作者简介
作者:孟繁中(北京邮电大学 计算机科学与技术硕士)
原文:https://zhuanlan.zhihu.com/p/333947395
转载者:杨夕
面筋地址:https://github.com/km1994/NLP-Interview-Notes
个人笔记:https://github.com/km1994/nlp_paper_study
RASA NLU模块提供了用户消息中意图、槽位等信息,RASA DST模块提供了对话跟踪功能,记录了用户的历史消息,Policy要根据这些信息预测出,下一步机器人应该给出的动作是什么?可以是一个简单的回复,也可能是fallback等。默认情况下,RASA可以为每个用户消息预测10个后续操作。要更新此值,可以将环境变量MAX_NUMBER_OF_PREDICTIONS设置为所需的最大预测数。

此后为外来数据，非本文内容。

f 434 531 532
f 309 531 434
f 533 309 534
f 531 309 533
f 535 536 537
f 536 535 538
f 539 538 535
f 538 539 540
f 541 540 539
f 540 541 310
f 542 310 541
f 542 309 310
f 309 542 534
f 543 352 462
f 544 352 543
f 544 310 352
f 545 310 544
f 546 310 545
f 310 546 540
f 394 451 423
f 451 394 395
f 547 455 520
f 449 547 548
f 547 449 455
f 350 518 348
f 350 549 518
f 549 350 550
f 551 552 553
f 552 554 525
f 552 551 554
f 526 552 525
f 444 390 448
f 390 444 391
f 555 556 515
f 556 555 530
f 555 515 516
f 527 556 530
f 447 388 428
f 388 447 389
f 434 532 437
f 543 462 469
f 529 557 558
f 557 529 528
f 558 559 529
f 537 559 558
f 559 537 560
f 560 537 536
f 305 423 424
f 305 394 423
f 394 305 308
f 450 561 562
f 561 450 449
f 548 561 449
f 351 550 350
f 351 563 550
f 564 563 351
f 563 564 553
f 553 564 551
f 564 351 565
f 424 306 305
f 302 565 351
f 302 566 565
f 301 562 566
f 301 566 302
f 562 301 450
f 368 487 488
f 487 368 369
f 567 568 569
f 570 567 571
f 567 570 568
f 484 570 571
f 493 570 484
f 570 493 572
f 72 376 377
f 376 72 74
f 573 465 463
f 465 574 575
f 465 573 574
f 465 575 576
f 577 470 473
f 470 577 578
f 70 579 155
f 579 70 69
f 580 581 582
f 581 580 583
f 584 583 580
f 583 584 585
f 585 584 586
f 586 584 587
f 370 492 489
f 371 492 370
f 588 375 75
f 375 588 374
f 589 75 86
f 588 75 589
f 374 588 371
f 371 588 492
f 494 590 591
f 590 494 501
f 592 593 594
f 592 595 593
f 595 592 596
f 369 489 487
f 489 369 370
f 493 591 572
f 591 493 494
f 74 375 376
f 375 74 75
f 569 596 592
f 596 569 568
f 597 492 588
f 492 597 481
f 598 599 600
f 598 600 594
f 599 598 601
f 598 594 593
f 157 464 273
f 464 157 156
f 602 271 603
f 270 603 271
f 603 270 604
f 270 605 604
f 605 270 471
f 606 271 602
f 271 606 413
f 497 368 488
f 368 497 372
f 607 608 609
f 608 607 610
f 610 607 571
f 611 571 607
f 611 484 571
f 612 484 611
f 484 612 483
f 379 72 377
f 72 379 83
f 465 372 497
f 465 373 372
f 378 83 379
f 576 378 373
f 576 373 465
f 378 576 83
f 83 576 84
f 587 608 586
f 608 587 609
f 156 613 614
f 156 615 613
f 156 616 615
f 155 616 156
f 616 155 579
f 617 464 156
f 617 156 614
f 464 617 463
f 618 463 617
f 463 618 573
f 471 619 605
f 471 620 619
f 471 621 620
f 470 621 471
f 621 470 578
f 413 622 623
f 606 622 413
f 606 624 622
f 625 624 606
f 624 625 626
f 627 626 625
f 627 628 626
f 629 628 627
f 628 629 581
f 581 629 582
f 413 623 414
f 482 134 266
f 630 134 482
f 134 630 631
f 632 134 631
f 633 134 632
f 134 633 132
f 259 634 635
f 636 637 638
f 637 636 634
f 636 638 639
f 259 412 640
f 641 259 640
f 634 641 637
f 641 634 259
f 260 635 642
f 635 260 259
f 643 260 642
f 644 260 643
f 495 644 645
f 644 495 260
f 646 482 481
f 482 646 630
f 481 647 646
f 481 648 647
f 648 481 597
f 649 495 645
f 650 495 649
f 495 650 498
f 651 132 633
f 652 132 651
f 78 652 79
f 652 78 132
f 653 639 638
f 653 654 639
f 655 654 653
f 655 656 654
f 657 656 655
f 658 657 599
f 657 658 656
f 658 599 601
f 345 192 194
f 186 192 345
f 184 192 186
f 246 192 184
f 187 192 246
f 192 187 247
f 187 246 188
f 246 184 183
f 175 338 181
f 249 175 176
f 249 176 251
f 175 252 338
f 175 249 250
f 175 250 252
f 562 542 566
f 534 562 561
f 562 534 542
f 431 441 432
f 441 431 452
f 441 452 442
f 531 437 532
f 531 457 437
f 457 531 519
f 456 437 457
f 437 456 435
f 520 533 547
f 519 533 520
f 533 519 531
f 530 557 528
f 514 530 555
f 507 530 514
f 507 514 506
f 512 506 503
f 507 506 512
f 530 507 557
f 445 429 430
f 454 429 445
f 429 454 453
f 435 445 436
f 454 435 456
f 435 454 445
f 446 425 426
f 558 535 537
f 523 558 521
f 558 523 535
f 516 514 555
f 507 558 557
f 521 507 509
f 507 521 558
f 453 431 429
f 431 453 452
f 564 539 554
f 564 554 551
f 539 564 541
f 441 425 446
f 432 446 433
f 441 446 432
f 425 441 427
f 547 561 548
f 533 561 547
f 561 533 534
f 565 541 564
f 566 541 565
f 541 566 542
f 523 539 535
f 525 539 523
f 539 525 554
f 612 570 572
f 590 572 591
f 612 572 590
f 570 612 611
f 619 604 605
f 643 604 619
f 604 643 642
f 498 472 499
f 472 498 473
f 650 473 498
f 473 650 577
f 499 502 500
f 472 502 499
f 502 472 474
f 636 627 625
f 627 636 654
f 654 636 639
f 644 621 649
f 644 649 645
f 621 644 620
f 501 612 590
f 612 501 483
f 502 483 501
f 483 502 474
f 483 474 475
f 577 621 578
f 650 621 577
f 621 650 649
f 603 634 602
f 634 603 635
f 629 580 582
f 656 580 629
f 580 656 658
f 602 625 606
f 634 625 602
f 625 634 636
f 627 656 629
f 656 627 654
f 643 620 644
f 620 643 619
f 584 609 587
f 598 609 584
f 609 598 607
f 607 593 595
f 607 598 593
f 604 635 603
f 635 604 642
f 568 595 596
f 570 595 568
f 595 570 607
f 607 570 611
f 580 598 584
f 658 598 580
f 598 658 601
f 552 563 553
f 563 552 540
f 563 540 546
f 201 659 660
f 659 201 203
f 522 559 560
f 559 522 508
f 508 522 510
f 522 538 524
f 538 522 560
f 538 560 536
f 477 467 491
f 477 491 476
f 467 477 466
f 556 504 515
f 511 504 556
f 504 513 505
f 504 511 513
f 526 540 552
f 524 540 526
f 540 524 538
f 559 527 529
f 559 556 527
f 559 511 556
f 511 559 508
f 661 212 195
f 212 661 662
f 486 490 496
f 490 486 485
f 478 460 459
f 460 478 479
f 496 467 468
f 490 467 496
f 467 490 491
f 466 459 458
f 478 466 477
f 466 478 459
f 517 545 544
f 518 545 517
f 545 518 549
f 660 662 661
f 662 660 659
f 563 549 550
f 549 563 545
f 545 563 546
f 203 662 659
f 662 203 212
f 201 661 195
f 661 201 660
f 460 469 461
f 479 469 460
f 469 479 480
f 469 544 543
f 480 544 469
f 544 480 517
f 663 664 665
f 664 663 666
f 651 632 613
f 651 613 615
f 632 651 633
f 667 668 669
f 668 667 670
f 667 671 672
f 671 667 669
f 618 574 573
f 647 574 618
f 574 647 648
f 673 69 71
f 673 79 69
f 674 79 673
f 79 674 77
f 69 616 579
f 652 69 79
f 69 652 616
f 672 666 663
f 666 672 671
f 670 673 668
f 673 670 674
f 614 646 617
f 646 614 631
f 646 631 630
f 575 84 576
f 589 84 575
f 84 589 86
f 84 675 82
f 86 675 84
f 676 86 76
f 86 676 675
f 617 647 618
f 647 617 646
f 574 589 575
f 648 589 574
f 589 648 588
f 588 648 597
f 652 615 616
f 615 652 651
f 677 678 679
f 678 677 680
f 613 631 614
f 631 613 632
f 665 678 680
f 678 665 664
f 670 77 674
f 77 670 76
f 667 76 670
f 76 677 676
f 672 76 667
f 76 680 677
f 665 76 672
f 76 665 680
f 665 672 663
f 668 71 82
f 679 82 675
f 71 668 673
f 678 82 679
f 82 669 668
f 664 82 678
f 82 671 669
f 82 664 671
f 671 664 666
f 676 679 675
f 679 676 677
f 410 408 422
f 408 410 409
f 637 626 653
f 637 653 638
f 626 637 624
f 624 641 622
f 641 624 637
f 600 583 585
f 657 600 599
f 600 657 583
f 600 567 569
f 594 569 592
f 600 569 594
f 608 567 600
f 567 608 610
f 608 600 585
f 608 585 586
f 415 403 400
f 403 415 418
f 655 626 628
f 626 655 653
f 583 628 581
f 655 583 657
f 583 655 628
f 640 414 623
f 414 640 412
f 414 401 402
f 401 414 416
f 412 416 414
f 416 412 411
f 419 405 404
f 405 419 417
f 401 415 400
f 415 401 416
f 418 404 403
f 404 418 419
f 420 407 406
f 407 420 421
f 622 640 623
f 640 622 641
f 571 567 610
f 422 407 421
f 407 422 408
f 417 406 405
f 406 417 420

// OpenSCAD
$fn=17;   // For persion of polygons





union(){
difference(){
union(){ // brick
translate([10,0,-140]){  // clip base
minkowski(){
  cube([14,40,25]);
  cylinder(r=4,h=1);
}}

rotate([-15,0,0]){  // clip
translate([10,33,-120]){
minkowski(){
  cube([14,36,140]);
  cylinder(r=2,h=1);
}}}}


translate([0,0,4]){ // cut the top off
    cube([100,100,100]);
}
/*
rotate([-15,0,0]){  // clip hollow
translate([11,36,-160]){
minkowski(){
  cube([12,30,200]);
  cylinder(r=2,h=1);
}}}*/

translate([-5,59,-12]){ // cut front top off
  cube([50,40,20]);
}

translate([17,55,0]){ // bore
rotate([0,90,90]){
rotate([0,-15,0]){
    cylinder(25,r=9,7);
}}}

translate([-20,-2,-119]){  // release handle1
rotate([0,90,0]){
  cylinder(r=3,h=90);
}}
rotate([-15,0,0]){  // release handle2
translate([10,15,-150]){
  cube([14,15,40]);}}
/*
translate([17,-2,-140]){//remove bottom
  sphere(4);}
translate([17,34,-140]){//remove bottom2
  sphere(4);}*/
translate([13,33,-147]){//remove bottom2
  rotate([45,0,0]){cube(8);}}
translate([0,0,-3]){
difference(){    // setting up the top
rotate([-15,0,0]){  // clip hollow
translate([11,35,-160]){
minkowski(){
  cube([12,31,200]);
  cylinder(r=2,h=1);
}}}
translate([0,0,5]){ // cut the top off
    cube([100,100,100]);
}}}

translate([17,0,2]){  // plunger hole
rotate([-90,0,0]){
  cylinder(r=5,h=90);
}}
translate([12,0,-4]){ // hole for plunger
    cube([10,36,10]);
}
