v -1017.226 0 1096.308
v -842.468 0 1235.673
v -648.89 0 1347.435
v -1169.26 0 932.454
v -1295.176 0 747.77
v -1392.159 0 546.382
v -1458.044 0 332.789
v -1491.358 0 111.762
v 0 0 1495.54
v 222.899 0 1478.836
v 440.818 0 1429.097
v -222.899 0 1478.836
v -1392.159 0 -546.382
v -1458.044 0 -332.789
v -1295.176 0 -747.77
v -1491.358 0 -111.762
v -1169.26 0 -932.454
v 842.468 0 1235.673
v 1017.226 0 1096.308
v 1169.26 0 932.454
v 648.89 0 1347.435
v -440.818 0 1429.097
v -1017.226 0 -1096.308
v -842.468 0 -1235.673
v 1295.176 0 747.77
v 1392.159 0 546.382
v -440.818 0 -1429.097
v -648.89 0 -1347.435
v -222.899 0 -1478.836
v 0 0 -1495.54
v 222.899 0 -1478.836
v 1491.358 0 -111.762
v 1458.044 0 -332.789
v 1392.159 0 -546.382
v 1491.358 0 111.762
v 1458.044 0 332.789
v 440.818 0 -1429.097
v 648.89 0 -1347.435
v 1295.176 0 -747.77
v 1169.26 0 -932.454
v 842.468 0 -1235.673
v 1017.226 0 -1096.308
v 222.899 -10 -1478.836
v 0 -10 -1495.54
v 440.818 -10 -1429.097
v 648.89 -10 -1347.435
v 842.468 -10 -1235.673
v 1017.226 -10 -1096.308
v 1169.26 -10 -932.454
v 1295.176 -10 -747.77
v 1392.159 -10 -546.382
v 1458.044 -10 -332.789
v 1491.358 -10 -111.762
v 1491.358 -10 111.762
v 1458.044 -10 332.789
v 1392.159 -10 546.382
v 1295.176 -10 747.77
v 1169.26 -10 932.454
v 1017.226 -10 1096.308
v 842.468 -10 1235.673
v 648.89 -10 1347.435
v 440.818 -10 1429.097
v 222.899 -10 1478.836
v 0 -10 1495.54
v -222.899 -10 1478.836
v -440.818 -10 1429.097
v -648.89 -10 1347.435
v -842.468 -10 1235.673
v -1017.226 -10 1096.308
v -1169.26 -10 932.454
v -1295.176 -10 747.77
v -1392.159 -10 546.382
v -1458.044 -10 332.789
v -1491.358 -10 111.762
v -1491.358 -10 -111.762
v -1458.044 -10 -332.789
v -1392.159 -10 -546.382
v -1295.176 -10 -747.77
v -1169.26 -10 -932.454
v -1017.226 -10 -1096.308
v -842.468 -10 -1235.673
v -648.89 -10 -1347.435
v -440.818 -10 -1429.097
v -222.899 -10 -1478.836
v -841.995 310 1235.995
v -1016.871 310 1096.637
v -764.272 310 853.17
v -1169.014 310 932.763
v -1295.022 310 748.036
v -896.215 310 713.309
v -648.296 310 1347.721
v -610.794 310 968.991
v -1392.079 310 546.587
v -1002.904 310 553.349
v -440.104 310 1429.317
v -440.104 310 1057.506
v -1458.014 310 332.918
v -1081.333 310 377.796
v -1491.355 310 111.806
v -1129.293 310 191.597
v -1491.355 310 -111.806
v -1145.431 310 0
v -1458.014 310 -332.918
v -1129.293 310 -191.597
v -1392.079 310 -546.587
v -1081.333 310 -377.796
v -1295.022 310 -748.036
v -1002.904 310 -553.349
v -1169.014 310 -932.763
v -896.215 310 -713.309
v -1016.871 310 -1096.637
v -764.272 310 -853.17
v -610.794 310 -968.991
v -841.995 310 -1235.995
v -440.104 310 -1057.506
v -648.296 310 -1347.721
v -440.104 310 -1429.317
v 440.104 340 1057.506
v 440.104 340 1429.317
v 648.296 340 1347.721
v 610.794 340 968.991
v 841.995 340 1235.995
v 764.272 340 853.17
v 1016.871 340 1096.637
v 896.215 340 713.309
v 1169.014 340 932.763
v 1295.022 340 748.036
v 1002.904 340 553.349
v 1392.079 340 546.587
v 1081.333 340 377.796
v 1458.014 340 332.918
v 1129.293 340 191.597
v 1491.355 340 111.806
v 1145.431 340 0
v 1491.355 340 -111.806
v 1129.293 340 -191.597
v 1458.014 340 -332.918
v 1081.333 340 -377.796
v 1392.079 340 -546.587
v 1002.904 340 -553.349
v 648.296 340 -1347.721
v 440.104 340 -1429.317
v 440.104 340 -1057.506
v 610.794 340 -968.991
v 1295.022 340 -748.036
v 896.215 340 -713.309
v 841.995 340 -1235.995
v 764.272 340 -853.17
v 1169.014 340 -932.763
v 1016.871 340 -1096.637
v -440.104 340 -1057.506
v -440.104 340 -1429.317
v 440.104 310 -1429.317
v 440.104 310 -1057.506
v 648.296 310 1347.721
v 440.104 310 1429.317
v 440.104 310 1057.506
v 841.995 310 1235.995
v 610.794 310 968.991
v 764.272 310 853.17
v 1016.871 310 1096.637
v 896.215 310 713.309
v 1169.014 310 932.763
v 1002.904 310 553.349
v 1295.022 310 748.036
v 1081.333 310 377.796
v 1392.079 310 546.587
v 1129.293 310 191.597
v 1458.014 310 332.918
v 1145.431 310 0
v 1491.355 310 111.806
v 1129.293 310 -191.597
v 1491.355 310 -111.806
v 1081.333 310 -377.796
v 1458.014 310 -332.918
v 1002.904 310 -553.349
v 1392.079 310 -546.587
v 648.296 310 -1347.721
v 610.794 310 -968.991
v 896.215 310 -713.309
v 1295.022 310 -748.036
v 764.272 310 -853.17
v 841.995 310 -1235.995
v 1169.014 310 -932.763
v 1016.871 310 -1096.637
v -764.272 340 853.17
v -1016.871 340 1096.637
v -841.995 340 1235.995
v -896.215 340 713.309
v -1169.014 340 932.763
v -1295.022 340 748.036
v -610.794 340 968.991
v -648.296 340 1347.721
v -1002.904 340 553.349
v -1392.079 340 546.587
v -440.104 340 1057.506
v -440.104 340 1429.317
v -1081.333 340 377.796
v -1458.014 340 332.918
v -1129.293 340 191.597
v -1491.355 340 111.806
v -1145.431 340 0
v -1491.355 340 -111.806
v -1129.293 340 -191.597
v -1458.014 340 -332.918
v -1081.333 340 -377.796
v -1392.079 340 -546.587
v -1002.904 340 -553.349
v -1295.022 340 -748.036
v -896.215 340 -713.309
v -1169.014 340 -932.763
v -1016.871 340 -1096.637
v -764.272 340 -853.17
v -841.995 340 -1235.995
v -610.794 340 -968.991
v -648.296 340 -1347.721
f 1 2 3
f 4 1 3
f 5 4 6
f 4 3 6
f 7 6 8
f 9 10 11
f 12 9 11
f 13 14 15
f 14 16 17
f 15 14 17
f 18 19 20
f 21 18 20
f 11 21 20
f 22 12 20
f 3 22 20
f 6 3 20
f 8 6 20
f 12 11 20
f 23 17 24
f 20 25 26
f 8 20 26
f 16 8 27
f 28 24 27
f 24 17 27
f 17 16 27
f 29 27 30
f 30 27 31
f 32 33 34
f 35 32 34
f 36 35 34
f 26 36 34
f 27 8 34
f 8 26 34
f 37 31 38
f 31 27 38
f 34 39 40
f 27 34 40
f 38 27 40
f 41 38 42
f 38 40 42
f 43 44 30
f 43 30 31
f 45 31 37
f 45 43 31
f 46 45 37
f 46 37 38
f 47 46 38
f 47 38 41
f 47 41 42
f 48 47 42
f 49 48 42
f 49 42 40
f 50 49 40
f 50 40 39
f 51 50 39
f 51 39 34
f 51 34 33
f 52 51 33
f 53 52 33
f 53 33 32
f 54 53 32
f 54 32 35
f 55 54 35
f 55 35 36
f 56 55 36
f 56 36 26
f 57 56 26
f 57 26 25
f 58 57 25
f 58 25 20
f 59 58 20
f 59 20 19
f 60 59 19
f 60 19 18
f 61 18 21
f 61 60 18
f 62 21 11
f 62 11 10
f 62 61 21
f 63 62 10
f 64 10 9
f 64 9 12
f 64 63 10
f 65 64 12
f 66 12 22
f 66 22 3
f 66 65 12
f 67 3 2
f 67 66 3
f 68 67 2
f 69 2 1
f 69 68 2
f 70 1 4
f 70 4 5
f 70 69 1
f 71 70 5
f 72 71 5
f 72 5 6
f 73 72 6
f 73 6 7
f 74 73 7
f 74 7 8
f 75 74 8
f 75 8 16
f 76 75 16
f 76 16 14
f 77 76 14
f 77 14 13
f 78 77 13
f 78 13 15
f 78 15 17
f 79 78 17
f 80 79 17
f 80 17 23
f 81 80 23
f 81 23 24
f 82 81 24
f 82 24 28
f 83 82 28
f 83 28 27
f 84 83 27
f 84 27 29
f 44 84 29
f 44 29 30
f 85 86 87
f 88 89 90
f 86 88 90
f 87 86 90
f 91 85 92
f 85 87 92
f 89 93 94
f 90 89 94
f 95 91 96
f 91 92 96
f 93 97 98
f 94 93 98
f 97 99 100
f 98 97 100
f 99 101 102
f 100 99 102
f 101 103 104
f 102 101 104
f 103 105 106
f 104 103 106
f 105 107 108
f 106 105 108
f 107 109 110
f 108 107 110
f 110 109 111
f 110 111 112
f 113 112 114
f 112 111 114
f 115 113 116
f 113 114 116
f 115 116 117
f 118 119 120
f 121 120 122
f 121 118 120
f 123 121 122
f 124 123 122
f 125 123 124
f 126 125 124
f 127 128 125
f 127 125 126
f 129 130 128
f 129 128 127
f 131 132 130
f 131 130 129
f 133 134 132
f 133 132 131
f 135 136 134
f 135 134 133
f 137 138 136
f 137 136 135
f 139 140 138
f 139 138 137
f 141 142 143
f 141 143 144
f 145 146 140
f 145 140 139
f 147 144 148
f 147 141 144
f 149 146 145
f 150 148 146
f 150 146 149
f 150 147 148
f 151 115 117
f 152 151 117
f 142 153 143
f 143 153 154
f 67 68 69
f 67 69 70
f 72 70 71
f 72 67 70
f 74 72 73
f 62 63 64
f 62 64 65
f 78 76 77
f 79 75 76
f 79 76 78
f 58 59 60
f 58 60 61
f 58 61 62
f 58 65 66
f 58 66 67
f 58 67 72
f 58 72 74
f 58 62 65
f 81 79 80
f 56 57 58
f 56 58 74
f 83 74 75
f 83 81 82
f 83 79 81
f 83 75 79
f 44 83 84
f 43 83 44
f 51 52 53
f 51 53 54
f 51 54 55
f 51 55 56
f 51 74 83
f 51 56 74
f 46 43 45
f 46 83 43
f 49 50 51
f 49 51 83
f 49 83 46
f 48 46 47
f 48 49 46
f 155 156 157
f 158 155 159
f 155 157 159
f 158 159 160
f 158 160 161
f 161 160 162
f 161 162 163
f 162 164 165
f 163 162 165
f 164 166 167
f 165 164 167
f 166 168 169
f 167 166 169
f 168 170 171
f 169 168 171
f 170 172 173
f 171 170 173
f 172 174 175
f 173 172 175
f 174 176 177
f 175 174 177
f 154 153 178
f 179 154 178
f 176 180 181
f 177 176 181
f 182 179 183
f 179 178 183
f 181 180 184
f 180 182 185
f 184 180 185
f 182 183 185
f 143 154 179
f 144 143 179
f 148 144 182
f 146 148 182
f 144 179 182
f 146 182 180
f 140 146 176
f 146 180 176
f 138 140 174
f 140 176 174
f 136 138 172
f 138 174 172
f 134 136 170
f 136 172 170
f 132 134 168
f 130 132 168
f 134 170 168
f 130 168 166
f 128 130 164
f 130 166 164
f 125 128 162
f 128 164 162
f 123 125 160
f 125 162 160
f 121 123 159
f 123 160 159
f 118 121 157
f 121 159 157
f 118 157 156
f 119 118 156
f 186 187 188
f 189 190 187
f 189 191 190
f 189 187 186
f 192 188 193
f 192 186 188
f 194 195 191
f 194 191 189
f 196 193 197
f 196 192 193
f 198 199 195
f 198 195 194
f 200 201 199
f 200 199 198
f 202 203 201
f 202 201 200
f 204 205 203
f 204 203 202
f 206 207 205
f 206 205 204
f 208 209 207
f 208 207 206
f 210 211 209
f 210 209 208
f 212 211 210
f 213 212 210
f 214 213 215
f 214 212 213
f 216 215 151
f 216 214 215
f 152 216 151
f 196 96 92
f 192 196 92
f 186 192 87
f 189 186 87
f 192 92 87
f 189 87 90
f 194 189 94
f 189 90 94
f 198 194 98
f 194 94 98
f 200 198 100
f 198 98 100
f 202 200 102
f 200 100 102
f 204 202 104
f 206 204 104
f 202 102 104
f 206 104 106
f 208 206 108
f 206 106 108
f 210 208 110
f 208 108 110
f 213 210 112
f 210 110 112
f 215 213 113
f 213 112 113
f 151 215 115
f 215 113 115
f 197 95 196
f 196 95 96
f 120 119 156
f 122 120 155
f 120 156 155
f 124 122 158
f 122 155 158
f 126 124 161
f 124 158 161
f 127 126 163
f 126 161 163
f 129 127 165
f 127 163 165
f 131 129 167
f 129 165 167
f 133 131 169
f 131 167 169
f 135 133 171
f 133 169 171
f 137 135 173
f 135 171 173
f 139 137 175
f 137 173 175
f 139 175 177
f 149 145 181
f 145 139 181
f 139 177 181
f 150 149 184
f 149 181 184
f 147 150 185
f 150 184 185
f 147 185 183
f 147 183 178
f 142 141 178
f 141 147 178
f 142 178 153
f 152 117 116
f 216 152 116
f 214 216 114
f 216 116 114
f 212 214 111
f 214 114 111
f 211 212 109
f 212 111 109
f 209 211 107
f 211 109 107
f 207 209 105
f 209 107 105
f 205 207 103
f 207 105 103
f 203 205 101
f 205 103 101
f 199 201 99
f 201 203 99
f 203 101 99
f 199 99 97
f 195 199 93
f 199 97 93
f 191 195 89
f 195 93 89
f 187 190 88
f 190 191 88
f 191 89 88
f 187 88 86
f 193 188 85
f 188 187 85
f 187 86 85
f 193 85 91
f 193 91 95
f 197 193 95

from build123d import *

# Parameters (mm, degrees)
BOSS_EXTRUDE4_DEPTH     = 650
BOSS_EXTRUDE4_2_DEPTH   = 650
BOSS_EXTRUDE5_START     = 10
SKETCH3_R               = 1495.54
BOSS_EXTRUDE5_DEPTH     = 10
CUT_EXTRUDE1_DEPTH      = 2213.640906971
CUT_EXTRUDE1_DEPTH_BACK = 2213.640906971
SKETCH4_W               = 3005.574253275
SKETCH4_H               = 310
CUT_EXTRUDE2_DEPTH      = 2143.167076397
CUT_EXTRUDE2_DEPTH_BACK = 2143.167076397
SKETCH5_W               = 2991.08
SKETCH5_H               = 310


with BuildPart() as part:
    # Sketch1 → Boss-Extrude4 (new body)
    with BuildSketch(Plane(origin=(0, 0, 0), x_dir=(1, 0, 0), z_dir=(0, 1, 0))):
        with BuildLine():
            ThreePointArc((440.10401327, 1057.506475536), (1145.43069991, 0), (440.10401327, -1057.506475536))
            Line((440.10401327, -1057.506475536), (440.10401327, -1429.317441685))
            ThreePointArc((440.10401327, -1429.317441685), (1203.086249528, -888.382444557), (1495.54, 0))
            ThreePointArc((1495.54, 0), (1203.086249528, 888.382444557), (440.10401327, 1429.317441685))
            Line((440.10401327, 1429.317441685), (440.10401327, 1057.506475536))
        make_face()
    extrude(amount=BOSS_EXTRUDE4_DEPTH)



with BuildPart() as body_2:
    # Sketch1 → Boss-Extrude4 2 (new body)
    with BuildSketch(Plane(origin=(0, 0, 0), x_dir=(1, 0, 0), z_dir=(0, 1, 0))):
        with BuildLine():
            ThreePointArc((-440.10401327, 1429.317441685), (-1495.54, 0), (-440.10401327, -1429.317441685))
            Line((-440.10401327, -1429.317441685), (-440.10401327, -1057.506475536))
            ThreePointArc((-440.10401327, -1057.506475536), (-1145.43069991, 0), (-440.10401327, 1057.506475536))
            Line((-440.10401327, 1057.506475536), (-440.10401327, 1429.317441685))
        make_face()
    extrude(amount=BOSS_EXTRUDE4_2_DEPTH)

RASA提供了多个Policy供选择,而且可以同时选择多个策略,由RASA Agent模块统一调度。在每一轮对话中,每个Policy都会给出自己预测的下一个Action,并给出置信度,然后Agent会选出最高置信度对应的action。当多个置信度相同的时候,RASA有自己的优先级:
6 -
RulePolicy
3 -
MemoizationPolicy
orAugmentedMemoizationPolicy
1 -
TEDPolicy
但是不推荐同个优先级的policy配置2个以上,比如MemoizationPolicy和AugmentedMemoizationPolicy同时使用,因为这样如果2个预测的置信度相同的时候,会导致结果是随机的。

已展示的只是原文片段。